EXERCISE OBJECTIVE = Please return only the lines from the one holding "v 3.251 -1.003 1.5" through the one holding "v 3.125 2.13 32.191", exactly as they appear in the records below, both ends included.

═════ SUPPLIED DATA

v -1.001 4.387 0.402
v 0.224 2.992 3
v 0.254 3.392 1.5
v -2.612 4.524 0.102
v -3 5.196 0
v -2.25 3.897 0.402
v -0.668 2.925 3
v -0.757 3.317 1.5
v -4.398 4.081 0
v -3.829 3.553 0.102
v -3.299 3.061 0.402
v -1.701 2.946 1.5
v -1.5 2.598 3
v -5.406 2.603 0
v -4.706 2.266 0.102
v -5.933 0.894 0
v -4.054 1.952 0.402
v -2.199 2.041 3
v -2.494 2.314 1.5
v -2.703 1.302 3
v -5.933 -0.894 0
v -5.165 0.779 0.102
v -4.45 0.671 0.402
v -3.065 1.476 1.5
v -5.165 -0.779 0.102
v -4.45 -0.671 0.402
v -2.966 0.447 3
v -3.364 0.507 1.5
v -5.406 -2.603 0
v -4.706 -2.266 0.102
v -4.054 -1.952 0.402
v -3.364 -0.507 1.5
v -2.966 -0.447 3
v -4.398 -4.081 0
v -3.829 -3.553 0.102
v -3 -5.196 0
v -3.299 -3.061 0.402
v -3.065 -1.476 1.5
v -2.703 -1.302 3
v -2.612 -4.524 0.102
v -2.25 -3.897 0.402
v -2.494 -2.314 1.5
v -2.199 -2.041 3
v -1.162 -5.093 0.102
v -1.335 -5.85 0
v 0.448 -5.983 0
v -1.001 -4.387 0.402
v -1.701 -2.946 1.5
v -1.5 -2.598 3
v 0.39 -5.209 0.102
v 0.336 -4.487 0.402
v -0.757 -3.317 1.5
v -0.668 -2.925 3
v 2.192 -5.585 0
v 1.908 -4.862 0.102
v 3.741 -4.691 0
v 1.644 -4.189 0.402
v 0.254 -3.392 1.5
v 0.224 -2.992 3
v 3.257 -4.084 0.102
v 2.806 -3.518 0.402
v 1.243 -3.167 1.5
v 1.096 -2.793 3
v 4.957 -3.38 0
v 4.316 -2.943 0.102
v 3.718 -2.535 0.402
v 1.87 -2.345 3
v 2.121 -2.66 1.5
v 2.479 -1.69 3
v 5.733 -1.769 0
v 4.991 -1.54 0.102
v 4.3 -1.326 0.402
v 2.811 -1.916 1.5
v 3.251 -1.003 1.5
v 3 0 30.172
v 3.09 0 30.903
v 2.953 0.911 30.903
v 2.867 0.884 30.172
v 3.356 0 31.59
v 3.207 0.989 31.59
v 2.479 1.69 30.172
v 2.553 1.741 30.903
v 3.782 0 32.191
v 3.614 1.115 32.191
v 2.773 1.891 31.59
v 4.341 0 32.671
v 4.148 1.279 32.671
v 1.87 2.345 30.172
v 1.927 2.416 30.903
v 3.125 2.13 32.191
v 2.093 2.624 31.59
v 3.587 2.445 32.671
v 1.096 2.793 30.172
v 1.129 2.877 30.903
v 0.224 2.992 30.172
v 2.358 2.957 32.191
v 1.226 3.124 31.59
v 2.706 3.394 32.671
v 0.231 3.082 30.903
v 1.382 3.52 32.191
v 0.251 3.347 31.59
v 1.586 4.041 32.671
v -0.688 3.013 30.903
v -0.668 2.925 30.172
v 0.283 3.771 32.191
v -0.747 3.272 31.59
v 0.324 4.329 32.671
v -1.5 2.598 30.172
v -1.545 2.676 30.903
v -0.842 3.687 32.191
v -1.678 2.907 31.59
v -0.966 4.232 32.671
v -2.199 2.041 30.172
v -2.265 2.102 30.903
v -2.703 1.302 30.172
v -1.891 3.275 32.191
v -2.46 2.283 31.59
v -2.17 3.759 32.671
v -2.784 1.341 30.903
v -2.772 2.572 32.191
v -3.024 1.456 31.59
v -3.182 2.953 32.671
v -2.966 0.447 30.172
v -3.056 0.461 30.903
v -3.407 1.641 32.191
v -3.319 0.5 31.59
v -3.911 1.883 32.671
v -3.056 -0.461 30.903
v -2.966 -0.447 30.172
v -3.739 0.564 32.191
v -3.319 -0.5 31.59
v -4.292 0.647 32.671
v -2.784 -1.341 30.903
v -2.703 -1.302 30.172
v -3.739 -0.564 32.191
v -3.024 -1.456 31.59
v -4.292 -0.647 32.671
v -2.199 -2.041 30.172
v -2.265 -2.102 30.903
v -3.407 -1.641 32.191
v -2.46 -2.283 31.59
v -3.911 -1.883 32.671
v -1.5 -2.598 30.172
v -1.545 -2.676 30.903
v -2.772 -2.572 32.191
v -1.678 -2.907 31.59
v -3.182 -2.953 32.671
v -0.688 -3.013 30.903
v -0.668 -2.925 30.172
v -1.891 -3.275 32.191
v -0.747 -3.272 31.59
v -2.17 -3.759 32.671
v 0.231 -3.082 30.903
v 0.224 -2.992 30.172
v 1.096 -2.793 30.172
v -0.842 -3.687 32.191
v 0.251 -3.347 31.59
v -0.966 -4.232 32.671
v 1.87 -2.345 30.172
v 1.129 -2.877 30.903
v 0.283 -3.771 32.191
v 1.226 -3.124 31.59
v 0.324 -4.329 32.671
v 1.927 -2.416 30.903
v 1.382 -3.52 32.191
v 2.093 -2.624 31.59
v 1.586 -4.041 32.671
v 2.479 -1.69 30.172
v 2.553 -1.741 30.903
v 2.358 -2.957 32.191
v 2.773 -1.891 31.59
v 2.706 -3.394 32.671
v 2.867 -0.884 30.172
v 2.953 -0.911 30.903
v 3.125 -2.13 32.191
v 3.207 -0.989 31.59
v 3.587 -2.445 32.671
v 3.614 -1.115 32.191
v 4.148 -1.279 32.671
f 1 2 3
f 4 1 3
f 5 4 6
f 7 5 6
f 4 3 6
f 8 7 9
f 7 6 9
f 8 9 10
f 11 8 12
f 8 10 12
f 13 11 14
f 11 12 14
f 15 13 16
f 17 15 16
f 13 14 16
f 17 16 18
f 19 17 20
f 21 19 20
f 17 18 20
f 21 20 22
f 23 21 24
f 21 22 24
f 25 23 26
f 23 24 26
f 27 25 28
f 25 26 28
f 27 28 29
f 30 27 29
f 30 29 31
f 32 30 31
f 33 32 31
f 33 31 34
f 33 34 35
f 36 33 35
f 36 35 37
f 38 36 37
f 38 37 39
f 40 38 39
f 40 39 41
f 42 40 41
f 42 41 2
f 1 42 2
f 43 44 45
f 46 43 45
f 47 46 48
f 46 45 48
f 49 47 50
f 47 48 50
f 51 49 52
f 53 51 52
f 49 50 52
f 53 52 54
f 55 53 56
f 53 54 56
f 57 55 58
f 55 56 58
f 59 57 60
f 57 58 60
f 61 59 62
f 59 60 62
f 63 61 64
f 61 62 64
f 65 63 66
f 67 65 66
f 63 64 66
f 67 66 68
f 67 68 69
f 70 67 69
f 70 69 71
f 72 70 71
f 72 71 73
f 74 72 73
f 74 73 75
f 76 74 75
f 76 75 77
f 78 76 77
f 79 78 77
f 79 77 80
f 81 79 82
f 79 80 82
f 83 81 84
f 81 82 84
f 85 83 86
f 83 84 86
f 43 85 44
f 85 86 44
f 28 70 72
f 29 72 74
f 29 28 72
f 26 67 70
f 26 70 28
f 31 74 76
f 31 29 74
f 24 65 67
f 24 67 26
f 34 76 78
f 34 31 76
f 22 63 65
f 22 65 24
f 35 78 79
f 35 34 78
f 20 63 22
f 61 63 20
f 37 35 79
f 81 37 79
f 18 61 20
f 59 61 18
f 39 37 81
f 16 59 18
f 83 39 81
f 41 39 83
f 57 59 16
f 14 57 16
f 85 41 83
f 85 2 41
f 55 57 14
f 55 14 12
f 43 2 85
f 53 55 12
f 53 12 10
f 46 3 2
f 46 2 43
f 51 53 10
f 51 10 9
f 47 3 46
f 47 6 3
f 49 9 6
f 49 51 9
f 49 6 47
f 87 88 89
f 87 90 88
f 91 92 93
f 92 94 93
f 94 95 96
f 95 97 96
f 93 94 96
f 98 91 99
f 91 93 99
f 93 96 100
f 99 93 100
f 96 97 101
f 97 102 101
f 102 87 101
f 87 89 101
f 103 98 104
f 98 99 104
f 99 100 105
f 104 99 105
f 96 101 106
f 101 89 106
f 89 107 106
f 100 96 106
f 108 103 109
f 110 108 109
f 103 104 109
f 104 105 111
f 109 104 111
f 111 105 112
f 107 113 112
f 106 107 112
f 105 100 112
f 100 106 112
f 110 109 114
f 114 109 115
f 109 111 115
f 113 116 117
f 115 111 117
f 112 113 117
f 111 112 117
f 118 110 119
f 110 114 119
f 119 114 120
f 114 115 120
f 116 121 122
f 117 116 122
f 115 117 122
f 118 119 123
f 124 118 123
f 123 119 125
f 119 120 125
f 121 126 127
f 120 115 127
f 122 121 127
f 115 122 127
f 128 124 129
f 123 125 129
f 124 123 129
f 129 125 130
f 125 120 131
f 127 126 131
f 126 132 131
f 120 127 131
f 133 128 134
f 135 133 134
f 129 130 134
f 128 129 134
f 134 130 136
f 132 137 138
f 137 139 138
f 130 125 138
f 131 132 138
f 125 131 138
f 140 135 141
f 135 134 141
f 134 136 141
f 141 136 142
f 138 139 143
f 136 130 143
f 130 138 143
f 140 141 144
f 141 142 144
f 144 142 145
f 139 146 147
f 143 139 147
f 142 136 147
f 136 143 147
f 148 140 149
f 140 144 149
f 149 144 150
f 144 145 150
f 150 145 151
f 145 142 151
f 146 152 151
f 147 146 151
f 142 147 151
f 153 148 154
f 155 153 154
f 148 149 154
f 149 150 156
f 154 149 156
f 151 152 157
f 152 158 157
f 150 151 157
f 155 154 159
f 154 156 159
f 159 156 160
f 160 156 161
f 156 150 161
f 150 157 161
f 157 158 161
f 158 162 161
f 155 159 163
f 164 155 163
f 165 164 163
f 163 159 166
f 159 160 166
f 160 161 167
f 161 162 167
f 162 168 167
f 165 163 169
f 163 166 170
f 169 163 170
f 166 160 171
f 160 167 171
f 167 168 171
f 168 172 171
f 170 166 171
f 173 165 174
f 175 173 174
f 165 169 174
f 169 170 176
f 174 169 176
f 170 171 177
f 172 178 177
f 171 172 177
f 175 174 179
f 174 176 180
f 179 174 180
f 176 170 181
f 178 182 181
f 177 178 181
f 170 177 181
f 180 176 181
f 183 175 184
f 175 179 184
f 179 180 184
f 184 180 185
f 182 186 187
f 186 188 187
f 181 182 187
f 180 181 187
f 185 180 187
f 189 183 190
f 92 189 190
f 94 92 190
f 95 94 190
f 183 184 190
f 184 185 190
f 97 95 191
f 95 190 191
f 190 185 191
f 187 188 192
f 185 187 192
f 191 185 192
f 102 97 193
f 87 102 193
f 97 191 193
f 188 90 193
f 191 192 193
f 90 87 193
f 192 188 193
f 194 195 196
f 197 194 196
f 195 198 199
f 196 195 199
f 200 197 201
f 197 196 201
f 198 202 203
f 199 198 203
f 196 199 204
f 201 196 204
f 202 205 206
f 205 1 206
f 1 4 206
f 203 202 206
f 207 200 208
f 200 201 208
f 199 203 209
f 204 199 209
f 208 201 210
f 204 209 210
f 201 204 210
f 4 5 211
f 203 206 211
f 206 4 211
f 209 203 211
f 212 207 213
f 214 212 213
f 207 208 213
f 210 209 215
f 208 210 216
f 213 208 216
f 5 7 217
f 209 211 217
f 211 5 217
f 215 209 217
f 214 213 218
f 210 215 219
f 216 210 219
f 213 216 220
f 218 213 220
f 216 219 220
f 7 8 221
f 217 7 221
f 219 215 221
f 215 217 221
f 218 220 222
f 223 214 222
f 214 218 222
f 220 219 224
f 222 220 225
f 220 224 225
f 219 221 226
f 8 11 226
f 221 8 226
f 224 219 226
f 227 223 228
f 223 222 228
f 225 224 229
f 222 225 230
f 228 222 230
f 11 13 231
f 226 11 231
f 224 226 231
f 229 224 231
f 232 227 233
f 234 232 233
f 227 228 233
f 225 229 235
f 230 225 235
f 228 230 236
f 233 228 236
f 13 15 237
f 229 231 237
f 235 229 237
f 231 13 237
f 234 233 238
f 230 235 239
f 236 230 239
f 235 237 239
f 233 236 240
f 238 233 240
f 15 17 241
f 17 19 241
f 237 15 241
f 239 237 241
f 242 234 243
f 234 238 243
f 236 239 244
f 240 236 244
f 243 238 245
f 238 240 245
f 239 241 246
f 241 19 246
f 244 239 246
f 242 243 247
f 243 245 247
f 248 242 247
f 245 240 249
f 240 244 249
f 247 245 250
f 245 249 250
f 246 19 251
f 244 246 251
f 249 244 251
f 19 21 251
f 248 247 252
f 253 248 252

══════════

RESULT OF THE EXERCISE =
v 3.251 -1.003 1.5
v 3 0 30.172
v 3.09 0 30.903
v 2.953 0.911 30.903
v 2.867 0.884 30.172
v 3.356 0 31.59
v 3.207 0.989 31.59
v 2.479 1.69 30.172
v 2.553 1.741 30.903
v 3.782 0 32.191
v 3.614 1.115 32.191
v 2.773 1.891 31.59
v 4.341 0 32.671
v 4.148 1.279 32.671
v 1.87 2.345 30.172
v 1.927 2.416 30.903
v 3.125 2.13 32.191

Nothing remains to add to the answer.